Dans la vente à distance, l'entrepôt peut se situer dans un pays voisin. La règle veut que l'entreprise qui facture au-delà de 100 000 euros en vente à distance dans un pays autre est soumise à la TVA dans le pays de destination. Mais à quel moment ce seuil est-il franchi ? Quel contrôle est exercé ?

Mme Maïté Gabet. - Jusqu'à 100 000 euros, la vente à distance est imposée à la TVA dans le pays d'origine ; au-delà, à la TVA du pays de destination.

M. Jean Arthuis, président. - Arrivez-vous à exercer un contrôle ?

Mme Maïté Gabet. - Une société luxembourgeoise qui vend à distance en France s'immatricule auprès de la Direction des résidents à l'étranger et des services généraux (DRESG) et y dépose les déclarations de TVA, en déclarant le chiffre d'affaires réalisé en France. L'administration fiscale peut soit contrôler la déclaration en France, soit demander à nos collègues luxembourgeois ou d'ailleurs de vérifier que la société établit correctement la base d'imposition pour le territoire donné. Le règlement TVA a été modifié pour distinguer le siège de l'entreprise du lieu où celle-ci doit payer la TVA. Un État est obligé de diligenter un contrôle fiscal à la demande d'un autre État. Des contrôles ont déjà eu lieu sur cette base.
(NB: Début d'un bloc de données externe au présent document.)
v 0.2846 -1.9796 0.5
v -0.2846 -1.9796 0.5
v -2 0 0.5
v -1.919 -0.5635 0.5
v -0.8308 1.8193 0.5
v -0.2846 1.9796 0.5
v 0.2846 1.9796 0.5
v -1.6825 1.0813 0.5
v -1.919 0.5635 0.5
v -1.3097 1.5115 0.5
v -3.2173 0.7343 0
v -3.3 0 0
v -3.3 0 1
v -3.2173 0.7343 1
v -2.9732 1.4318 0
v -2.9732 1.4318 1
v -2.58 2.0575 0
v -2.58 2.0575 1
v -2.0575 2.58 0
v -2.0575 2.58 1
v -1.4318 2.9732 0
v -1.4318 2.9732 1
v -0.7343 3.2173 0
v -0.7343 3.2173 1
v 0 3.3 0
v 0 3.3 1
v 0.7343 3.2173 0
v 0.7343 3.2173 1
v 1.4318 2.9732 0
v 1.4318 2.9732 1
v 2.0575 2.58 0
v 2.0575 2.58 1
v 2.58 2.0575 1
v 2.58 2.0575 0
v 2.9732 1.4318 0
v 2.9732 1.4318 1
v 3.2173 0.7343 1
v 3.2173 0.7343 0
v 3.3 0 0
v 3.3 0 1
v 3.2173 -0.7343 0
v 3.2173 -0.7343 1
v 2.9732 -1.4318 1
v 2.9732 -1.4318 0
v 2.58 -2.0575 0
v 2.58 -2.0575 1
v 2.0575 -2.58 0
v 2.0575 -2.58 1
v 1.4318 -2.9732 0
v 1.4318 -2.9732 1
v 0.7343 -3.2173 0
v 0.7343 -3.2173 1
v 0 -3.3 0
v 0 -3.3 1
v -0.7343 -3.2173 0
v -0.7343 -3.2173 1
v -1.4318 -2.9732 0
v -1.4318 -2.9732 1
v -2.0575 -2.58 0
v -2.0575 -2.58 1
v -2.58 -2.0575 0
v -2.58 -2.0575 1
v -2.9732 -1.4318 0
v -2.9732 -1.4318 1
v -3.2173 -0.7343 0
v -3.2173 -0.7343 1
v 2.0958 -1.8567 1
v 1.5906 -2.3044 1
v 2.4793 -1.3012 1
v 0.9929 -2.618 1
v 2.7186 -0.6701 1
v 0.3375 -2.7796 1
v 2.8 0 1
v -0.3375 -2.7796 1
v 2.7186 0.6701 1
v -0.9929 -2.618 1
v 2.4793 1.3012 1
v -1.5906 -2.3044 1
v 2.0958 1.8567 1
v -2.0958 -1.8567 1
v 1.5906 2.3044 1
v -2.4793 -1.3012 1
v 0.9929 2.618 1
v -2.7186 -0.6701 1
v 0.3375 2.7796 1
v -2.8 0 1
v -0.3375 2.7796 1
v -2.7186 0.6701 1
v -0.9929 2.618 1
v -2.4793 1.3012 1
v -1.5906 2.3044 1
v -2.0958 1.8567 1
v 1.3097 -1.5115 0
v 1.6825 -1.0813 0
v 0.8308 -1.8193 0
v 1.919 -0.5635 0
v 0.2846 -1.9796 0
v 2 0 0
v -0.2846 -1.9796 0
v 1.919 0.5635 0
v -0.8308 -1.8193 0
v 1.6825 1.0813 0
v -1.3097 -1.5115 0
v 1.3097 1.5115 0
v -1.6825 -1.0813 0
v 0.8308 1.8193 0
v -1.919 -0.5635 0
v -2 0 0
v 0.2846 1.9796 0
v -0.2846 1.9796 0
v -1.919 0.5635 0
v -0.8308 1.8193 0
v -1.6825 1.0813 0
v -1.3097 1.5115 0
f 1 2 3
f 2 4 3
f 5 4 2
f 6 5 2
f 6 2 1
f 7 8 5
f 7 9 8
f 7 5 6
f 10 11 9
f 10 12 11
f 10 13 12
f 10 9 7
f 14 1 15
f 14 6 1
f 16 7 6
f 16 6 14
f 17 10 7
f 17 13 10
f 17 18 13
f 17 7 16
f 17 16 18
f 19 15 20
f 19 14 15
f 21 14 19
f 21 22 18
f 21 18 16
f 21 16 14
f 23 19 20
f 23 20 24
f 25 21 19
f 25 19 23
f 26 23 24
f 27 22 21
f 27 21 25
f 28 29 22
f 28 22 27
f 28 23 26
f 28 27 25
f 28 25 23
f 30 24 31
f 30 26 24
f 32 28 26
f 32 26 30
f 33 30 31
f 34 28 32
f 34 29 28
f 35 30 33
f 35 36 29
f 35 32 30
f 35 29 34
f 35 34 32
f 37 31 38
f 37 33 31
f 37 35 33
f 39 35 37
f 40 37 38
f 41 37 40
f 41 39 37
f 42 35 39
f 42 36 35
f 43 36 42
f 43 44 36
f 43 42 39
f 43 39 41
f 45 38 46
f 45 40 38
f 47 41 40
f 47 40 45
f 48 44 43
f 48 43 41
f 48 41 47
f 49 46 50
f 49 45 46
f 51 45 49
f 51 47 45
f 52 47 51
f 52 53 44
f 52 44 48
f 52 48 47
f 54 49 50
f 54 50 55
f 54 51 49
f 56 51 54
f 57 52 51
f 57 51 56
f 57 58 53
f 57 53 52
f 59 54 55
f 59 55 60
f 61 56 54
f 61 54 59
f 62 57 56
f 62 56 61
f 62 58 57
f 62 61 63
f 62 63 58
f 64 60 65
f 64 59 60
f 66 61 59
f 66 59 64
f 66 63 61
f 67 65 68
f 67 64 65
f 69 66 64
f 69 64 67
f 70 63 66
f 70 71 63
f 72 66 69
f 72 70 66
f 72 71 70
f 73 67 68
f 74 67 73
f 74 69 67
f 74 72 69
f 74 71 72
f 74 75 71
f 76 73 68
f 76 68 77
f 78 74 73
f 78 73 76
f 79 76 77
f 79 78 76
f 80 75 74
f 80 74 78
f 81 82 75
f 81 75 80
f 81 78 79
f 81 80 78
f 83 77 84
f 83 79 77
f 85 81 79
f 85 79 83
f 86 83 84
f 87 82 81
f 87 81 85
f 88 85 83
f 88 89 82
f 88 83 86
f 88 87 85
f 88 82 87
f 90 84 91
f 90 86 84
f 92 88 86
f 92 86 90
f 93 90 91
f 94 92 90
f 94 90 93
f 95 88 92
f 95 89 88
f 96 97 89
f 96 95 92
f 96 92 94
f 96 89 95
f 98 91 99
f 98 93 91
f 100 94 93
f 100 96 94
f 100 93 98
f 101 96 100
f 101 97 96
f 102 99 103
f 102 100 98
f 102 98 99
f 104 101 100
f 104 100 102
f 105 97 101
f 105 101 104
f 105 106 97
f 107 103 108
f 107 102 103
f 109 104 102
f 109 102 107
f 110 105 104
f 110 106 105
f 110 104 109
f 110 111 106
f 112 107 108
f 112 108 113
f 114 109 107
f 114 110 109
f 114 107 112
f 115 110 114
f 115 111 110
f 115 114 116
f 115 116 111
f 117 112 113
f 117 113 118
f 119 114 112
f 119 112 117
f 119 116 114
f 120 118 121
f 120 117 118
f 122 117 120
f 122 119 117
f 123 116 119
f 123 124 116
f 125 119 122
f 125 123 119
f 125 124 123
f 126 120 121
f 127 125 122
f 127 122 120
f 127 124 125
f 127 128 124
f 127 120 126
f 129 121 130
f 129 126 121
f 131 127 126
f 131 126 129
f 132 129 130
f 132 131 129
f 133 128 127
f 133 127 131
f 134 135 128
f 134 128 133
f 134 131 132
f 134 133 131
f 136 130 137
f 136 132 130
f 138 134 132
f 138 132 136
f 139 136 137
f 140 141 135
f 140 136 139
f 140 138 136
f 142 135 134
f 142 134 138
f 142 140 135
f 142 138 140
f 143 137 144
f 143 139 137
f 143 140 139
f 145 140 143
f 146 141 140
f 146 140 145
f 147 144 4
M. Jean Arthuis, président. - Voilà un beau sujet de contrôle sur pièces et sur place pour le Parlement, car, en pratique, les choses ne doivent pas être aussi simples.
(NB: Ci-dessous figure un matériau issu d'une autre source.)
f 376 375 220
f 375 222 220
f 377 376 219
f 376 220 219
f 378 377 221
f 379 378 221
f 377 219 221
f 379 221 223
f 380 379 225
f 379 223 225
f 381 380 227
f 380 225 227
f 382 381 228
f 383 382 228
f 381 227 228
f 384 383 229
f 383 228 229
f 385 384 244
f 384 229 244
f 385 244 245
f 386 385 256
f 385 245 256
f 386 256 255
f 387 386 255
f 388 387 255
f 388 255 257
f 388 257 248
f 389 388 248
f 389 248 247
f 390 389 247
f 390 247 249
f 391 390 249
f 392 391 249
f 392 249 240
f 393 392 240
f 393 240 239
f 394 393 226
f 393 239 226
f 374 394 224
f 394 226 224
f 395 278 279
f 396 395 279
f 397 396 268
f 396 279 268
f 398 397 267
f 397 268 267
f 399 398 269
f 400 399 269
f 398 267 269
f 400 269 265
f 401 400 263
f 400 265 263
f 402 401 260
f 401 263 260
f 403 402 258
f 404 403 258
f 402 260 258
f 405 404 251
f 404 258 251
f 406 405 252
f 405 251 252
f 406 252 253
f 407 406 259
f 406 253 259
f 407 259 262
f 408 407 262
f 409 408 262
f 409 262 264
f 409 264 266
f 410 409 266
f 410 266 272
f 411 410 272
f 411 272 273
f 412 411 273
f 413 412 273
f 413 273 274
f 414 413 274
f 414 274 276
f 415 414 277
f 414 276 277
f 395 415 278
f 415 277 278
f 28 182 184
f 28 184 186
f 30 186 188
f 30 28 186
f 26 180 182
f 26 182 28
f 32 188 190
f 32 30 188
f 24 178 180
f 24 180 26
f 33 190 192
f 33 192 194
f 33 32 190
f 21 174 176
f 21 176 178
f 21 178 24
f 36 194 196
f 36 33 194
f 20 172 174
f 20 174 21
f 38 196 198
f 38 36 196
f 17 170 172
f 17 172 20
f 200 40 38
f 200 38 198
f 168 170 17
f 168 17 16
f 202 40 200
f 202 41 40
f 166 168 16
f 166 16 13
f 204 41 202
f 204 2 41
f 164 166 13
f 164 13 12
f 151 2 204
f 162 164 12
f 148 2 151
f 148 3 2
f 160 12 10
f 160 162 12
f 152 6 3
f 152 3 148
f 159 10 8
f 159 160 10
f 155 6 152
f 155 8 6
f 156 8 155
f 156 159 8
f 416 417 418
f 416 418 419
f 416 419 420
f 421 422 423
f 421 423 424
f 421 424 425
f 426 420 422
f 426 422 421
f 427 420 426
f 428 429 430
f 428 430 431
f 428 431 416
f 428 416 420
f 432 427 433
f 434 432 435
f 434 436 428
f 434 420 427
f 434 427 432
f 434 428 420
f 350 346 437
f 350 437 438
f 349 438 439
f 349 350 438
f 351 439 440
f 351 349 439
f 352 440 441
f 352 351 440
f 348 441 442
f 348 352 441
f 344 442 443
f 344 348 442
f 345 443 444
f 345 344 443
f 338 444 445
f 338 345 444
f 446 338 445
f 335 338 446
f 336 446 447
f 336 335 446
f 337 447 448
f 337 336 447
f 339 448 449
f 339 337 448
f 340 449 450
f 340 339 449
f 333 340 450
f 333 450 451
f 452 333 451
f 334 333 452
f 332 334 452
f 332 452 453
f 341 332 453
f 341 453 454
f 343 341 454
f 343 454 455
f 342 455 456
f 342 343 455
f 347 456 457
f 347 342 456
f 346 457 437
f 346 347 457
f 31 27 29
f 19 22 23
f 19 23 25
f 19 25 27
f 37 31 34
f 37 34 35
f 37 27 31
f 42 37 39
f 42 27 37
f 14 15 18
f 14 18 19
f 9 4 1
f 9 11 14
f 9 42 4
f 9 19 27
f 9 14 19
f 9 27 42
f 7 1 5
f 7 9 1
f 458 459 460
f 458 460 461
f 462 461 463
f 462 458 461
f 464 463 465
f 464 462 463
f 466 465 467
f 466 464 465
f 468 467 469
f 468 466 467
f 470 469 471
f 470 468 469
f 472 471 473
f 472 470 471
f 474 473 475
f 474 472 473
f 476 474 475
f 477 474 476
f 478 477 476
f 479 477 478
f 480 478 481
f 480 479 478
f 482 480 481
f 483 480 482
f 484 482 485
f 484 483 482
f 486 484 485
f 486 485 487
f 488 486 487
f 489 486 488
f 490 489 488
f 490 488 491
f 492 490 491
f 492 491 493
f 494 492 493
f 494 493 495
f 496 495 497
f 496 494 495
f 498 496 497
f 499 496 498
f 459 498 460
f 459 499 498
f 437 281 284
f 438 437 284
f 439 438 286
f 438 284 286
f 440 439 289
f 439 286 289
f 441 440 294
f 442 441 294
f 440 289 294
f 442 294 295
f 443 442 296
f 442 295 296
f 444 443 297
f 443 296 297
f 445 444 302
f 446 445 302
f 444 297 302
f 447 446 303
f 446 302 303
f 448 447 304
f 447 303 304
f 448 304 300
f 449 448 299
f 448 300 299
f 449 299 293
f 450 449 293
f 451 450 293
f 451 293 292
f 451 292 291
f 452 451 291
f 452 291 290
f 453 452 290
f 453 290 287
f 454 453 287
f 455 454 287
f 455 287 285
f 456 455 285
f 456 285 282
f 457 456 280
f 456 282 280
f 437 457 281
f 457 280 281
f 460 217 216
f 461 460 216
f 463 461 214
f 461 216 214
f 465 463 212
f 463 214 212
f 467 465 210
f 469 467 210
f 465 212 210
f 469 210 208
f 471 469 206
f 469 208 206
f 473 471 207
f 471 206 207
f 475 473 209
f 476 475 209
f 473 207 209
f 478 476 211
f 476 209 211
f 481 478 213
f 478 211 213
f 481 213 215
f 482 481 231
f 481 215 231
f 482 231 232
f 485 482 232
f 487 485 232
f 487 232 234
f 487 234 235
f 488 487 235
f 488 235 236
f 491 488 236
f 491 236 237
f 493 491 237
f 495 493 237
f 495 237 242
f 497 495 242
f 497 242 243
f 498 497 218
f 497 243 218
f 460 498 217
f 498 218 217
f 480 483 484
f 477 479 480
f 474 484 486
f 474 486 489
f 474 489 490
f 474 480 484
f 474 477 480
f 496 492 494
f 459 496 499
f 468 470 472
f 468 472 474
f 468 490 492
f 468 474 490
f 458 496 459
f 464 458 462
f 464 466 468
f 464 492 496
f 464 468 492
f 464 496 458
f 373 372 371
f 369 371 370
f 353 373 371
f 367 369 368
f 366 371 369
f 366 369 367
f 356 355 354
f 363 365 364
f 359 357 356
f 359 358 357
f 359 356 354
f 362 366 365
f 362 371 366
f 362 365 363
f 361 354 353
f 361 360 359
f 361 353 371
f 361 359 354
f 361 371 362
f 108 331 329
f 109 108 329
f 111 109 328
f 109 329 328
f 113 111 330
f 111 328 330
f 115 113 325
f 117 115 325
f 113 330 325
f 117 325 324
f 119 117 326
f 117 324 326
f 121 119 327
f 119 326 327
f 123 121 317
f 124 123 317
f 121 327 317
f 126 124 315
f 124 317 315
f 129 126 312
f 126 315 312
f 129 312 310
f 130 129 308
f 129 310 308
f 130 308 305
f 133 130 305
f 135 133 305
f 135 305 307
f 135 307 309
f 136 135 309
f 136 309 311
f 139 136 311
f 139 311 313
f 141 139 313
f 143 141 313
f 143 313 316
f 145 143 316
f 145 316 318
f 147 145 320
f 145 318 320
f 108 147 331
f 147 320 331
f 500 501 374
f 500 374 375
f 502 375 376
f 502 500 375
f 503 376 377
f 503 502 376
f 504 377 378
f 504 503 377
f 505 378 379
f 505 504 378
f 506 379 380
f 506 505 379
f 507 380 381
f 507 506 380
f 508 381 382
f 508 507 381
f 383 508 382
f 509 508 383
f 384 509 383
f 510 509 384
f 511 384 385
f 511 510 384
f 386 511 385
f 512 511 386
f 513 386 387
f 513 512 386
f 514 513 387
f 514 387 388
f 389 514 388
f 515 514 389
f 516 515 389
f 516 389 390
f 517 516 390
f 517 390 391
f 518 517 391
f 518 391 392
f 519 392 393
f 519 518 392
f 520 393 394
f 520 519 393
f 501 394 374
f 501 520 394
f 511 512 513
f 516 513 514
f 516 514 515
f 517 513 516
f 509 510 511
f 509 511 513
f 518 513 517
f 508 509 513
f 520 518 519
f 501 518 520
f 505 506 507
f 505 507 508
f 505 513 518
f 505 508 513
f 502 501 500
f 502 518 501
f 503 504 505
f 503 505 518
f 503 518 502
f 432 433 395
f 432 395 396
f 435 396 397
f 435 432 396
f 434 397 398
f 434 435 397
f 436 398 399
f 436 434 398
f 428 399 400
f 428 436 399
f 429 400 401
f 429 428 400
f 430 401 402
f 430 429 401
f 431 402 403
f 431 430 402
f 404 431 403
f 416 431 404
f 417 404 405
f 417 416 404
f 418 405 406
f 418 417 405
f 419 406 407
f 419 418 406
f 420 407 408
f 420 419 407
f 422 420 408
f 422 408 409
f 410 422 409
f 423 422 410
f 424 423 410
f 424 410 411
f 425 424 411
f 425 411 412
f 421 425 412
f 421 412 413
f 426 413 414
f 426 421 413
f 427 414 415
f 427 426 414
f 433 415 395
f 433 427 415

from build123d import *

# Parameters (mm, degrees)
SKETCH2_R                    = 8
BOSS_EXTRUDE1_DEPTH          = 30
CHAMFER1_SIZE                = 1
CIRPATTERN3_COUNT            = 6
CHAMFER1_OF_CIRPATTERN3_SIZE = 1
Mme Maïté Gabet. - Je n'ai pas dit qu'elles l'étaient. Il faut que les vérificateurs parlent anglais, soient formés, se déplacent... Mais ce sont les modalités choisies pour faciliter le développement du marché unique et l'immatriculation des entreprises.

M. Jean Arthuis, président. - Imaginons un opérateur situé en Europe centrale qui facture à des consommateurs français, en pensant, de bonne foi, qu'il ne franchira pas le seuil de 100 000 euros...
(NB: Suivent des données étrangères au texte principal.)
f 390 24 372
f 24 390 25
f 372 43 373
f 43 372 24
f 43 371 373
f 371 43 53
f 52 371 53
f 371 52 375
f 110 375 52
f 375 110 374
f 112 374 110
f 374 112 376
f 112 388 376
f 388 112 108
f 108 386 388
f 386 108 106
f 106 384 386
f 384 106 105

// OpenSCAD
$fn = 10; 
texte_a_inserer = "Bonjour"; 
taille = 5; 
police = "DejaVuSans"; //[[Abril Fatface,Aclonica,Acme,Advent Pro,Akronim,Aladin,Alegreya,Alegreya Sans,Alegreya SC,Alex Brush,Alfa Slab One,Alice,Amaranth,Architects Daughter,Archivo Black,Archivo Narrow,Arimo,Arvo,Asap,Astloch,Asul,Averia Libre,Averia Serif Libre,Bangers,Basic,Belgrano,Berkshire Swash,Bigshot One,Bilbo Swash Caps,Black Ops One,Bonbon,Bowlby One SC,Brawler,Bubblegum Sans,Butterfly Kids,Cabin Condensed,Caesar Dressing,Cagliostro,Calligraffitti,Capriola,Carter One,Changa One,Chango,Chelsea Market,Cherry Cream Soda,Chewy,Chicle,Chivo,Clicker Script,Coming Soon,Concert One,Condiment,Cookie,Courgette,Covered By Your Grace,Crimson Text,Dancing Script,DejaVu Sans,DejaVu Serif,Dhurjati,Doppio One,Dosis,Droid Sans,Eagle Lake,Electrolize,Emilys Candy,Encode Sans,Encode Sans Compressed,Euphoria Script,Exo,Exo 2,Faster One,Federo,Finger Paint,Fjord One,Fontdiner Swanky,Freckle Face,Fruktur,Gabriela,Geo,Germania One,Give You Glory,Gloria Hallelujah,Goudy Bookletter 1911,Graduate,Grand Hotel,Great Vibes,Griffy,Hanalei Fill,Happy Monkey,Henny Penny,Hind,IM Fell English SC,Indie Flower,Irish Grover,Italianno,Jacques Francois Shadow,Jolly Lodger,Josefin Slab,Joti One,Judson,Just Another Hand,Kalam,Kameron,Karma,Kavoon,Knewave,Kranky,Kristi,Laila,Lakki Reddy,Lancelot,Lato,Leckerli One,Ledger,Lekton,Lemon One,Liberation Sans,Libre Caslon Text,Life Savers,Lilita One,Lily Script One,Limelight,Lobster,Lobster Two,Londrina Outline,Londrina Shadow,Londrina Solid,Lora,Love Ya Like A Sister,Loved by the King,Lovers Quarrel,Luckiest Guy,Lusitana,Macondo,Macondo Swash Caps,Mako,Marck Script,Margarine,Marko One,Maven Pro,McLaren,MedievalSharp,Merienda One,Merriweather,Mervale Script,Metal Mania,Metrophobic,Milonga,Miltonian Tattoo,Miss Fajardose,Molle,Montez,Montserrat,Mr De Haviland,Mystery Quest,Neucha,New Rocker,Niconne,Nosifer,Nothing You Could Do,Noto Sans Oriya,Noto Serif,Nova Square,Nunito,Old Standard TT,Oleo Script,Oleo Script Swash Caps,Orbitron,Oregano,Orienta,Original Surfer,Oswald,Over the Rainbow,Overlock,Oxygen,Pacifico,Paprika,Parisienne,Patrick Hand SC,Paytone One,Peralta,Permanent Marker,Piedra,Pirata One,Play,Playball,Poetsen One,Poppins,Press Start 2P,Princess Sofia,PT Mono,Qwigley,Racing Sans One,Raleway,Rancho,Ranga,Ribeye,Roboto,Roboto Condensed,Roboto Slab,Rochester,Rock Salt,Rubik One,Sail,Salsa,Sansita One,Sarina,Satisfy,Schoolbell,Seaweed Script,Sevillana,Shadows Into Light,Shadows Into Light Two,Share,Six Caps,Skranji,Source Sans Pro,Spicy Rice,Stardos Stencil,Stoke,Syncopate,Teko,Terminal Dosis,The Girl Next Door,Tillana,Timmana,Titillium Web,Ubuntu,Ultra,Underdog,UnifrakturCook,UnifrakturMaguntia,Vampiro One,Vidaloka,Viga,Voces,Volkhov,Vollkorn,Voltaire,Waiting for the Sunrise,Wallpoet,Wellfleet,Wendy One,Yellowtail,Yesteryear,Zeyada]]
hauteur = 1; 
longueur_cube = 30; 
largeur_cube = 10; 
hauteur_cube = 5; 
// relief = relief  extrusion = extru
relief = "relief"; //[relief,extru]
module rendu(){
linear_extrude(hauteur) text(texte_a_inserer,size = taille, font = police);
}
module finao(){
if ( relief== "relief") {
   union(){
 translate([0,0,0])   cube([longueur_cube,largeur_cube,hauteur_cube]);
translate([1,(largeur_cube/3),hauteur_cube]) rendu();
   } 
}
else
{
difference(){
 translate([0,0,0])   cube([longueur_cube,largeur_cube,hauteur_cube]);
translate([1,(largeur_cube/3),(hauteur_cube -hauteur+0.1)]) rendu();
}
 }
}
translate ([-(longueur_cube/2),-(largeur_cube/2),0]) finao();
Mme Maïté Gabet. - Le seuil de 100 000 euros est en effet une zone à risque.

M. Jean Arthuis, président. - C'est impraticable ! L'optimisation fiscale va se développer !

Mme Maïté Gabet. - L'entreprise va alors s'immatriculer en France, et payer la TVA en France. Cette règle existe depuis sept ans.

M. Jean Arthuis, président. - Elle est à revoir fondamentalement !

Mme Maïté Gabet. - Elle est issue d'un consensus communautaire...

M. Philippe Marini, rapporteur général. - ...qui n'a jamais été soumis à aucun Parlement.

Mme Maïté Gabet. - C'est une directive d'application directe !

M. Philippe Marini, rapporteur général. - Ma remarque n'était pas une critique.

M. Jean Arthuis, président. - Comment appliquer la taxe sur les services de publicité en ligne ? D'un côté, Madame Maxime Gauthier nous assure qu'il n'y a pas de difficulté ; de l'autre, on nous dit que la législation sera facilement contournée et irrite les acteurs... Notre objectif en votant cette disposition était de provoquer, nous y sommes parvenus. Il faut toutefois que la législation soit utile et praticable. Nous allons poursuivre la réflexion d'ici la loi de finances rectificative, pour améliorer le dispositif si nécessaire.

L'e-commerce va devenir un système de distribution comme les autres, mais la mobilité de la localisation peut encourager l'optimisation fiscale. Là aussi, il nous faut poursuivre notre réflexion, pour que l'architecture de nos prélèvements obligatoires soit la plus conforme à nos intérêts, dans une économie globalisée.

Nomination d'un rapporteur

M. Philippe Marini est ensuite nommé rapporteur de la proposition de résolution européenne n° 481 (2010-2011) sur l'application du principe de subsidiarité en matière de TVA.